Thursday, December 30, 2010

Why Does it Always Have to Be So Hard?

Where to start?

Tuesday was the one year anniversary of my losing Trey. I can remember almost everything about that day in vivid detail - what I wore, what time I called the doctor's office asking for an ultrasound, the list I made of things to ask which I then never needed, playing a game on my iPhone in the waiting room, joking with the ultrasound tech, answering her questions as she turned the screen away from me as if somehow that would save me from having to find out my baby had died..............

The day actually went okay. I was and still am sad and if I think about it too long I start to cry but I think that's normal. I think being pregnant again helps because I have hope that this will be our live, healthy baby.

It was back to Dr. Coulam's yesterday and the ultrasound went really well. The baby had a bit of a growth spurt and is now measuring a few days ahead. The heart rate was 171 so that is right on track as well. What wasn't so great was my blood work which once again came back showing elevated natural killer cell activity. The doctor doesn't understand why it keeps going up instead of going down since I have had the intralipid treatment.

She suggested I come back Monday for another intralipid IV and I asked if it has a better chance of working the second time around of if it would be worthwhile to try IVIg. She said that the IVIg is super expensive and I, like a total naive idiot, said that my insurance had agreed to cover it. She said in that case it was definitely worth trying that over the intralipids to see if I had a better response.

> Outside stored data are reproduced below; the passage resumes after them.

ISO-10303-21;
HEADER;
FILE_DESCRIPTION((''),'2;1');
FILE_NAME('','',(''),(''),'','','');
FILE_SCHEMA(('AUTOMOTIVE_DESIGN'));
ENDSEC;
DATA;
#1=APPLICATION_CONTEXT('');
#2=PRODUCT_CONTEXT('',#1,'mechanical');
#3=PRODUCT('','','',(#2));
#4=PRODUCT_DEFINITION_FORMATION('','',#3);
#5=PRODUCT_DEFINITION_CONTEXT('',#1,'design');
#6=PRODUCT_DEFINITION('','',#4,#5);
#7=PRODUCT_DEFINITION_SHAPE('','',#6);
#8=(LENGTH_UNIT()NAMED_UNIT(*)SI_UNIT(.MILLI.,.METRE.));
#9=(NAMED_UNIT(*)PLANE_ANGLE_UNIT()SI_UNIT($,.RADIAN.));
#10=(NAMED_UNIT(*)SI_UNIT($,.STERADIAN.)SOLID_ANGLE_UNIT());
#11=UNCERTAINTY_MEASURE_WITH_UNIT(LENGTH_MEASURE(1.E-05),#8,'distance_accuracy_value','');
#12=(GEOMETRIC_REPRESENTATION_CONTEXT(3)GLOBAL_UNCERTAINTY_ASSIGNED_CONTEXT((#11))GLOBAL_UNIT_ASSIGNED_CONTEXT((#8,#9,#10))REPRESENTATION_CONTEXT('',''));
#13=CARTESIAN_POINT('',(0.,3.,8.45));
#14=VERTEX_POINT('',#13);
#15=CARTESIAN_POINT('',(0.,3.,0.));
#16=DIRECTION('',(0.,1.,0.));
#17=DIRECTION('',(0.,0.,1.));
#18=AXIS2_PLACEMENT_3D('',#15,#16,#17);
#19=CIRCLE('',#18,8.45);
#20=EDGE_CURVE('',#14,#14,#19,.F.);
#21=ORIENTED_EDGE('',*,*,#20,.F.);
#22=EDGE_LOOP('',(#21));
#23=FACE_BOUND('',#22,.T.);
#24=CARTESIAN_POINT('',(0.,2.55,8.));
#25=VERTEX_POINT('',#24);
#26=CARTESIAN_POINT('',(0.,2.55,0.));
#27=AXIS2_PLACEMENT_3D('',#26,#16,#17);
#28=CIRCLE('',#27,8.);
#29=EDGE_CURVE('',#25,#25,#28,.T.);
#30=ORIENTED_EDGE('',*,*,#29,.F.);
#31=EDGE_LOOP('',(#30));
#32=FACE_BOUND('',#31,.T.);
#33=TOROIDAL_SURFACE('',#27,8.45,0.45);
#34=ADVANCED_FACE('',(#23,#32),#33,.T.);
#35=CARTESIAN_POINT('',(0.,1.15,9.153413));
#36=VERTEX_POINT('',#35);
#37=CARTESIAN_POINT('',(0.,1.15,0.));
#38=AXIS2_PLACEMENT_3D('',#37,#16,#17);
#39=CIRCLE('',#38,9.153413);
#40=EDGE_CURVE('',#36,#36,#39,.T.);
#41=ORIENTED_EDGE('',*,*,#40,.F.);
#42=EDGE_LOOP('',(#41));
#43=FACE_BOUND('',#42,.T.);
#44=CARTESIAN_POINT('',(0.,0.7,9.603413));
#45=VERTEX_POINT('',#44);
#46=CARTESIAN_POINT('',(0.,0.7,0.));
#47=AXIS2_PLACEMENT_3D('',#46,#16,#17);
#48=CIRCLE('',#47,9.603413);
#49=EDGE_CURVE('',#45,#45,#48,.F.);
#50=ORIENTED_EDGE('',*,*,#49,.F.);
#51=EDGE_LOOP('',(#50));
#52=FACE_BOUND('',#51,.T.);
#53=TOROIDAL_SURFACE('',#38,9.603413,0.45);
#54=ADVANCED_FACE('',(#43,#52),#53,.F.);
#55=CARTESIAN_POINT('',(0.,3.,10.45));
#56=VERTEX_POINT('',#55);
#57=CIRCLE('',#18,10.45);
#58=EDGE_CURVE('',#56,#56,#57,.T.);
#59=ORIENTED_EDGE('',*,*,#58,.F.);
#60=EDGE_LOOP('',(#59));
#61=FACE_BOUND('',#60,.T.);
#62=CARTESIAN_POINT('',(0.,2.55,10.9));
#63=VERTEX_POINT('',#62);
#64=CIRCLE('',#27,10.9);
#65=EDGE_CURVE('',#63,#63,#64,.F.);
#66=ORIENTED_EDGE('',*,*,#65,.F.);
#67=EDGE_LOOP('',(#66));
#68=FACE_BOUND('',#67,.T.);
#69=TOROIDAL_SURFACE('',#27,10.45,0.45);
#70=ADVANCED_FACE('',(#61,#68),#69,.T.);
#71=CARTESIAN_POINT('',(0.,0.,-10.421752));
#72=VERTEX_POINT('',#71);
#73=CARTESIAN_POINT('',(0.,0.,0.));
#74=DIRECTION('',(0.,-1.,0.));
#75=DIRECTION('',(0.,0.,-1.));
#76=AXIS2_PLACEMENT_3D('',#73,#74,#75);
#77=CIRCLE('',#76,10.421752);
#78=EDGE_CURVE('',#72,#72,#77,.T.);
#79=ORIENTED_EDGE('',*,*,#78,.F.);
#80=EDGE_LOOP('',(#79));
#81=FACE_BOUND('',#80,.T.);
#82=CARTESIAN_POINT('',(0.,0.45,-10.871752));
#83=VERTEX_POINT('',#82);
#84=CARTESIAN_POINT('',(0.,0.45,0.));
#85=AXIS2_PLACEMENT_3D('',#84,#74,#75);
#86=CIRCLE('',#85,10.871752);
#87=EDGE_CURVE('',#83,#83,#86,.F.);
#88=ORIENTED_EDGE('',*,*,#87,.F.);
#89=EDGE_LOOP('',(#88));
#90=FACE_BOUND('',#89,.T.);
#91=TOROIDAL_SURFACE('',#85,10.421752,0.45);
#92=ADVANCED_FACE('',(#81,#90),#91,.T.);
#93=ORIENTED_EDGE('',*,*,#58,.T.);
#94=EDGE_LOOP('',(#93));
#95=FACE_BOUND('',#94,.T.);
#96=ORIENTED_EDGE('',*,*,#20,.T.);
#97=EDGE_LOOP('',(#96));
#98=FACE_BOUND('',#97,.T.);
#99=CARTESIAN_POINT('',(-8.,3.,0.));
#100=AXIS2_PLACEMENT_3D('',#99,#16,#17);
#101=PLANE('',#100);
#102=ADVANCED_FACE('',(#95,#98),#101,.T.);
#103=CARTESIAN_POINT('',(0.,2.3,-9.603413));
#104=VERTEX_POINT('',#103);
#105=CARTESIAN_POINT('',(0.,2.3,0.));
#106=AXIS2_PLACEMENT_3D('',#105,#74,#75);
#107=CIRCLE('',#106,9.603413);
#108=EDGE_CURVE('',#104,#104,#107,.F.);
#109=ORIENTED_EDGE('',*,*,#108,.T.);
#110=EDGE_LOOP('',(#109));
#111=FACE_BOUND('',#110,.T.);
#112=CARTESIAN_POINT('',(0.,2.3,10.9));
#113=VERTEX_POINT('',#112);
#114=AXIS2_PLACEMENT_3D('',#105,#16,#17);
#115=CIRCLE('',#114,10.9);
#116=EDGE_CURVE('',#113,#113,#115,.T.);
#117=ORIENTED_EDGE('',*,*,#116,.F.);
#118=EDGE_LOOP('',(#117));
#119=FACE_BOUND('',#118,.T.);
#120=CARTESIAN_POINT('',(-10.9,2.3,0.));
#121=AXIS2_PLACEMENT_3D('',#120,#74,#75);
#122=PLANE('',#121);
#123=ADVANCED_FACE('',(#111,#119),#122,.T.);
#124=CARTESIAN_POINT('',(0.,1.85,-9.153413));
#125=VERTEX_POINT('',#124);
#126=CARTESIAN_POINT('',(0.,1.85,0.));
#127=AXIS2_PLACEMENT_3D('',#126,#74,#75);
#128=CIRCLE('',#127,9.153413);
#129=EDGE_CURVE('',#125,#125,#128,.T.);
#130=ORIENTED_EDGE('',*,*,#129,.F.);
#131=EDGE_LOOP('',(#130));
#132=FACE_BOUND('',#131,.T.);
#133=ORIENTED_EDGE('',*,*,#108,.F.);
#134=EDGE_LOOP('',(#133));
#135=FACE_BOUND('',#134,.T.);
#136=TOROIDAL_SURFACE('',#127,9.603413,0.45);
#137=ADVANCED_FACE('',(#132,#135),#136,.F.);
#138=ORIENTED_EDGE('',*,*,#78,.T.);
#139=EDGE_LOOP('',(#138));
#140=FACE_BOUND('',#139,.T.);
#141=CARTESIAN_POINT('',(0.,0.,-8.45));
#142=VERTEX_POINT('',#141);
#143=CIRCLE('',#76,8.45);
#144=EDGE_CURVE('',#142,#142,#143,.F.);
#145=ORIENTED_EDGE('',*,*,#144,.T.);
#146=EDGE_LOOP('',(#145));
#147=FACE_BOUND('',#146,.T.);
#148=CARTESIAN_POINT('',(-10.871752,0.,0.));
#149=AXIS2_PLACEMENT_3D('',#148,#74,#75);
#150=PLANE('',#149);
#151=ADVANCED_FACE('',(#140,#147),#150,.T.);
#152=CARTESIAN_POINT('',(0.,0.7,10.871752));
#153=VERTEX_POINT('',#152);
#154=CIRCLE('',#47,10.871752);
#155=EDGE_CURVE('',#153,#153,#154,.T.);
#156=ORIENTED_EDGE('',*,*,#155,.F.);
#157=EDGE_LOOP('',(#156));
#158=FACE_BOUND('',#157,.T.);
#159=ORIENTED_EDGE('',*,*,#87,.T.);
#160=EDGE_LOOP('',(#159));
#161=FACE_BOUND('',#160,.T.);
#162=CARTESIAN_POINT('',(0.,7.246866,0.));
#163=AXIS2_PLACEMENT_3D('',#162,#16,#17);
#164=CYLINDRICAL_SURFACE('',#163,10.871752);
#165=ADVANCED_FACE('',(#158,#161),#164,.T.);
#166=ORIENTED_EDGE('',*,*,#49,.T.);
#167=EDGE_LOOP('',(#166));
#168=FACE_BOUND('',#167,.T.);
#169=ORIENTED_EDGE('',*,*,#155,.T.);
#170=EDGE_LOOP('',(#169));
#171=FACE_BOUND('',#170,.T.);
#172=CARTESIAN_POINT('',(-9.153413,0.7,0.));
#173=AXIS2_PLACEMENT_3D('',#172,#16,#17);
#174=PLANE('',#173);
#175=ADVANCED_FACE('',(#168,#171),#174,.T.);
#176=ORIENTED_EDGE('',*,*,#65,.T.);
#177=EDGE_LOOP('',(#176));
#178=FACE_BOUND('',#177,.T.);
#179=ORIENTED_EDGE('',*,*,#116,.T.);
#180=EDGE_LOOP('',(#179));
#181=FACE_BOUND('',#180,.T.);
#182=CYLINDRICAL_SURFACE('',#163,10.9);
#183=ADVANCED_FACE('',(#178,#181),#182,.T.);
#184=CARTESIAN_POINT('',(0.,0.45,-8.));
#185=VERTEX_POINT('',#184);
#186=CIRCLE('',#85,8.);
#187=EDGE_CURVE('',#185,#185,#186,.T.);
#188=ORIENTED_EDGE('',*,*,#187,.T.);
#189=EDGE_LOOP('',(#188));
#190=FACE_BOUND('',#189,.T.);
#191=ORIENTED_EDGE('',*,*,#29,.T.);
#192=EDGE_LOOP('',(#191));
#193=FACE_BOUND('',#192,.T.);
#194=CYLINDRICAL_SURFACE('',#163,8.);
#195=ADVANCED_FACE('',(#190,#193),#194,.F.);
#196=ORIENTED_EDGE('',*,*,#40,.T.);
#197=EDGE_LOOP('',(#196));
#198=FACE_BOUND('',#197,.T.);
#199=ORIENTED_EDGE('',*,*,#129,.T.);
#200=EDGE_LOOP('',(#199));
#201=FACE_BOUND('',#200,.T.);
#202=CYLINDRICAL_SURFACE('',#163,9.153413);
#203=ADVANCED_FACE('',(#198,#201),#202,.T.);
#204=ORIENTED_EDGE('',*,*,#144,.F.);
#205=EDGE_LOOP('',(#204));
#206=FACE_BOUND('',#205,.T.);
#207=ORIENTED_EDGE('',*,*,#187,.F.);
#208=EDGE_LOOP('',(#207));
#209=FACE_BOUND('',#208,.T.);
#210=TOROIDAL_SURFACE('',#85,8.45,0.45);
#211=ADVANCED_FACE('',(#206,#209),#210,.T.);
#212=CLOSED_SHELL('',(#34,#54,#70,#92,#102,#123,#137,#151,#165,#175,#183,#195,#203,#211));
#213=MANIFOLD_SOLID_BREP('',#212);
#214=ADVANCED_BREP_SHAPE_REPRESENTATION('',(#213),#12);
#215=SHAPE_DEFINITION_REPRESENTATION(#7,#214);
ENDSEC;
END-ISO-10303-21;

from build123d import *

# Parameters (mm, degrees)
FILLET1_R = 0.45


with BuildPart() as part:
    # Sketch1 → Revolve1 (revolve)
    with BuildSketch(Plane.XY, mode=Mode.PRIVATE) as revolve1_sk:
        Polygon((-8, 0), (-8, 3), (-10.9, 3), (-10.9, 2.3), (-9.153413472, 2.3), (-9.153413472, 0.7), (-10.87175241, 0.7), (-10.87175241, 0), align=None)
    revolve(revolve1_sk.sketch.rotate(Axis((0, 7.246866229, 0), (0, -1, 0)), 270), axis=Axis((0, 7.246866229, 0), (0, -1, 0)))

    # Fillet1
    fillet1_edges = [part.edges().sort_by_distance(p)[0] for p in [
        (0, 0, -10.87175241),
        (0, 0.7, -9.153413472),
        (0, 2.3, -9.153413472),
        (0, 3, -10.9),
        (0, 3, -8),
        (0, 0, -8),
    ]]
    fillet(fillet1_edges, radius=FILLET1_R)


solid = part.part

Back in July I had gotten prior approval for Gammagard as a treatment for recurrent pregnancy loss and so with that in hand I figured piece of cake. WRONG! The pharmacy called Blue Cross and they said that they would deny the claim. The pharmacy relayed that to me and so I called Blue Cross. Over and hour later I was told to call CareMark who administers my pharmacy benefits (despite me only having a Blue Cross insurance card which makes zero mention of someone else handling the pharmacy benefits). Anyway, a call to them and half an hour later I have confirmed my pre-approval for the IVIg and yet somehow now there's extra conditions such as it has to be ordered through a retail pharmacy and billed through my pharmacy benefits, not my medical benefits and on and on with a whole bunch of stuff that makes zero sense to me. A call back to the pharmacy yields the statement that they don't believe they will get reimbursed. At this point I give up for the night. It's exhausting and stressful (no wonder my natural killer cells are elevated) and something doesn't seem right about having to fight so hard for something that could potentially save my baby's life.

I spoke with the pharmacy again this morning, this time with a reimbursement specialist who agreed to all CareMark and check on if my pharmacy benefits really will cover the medicine like they said they would. Of course, it's now been hours since I spoke with her and I haven't heard back so that's probably bad news right? Or, was it good news and now she's just trying to find a nurse to come to my house to administer the IV?

I wish things didn't have to be this hard.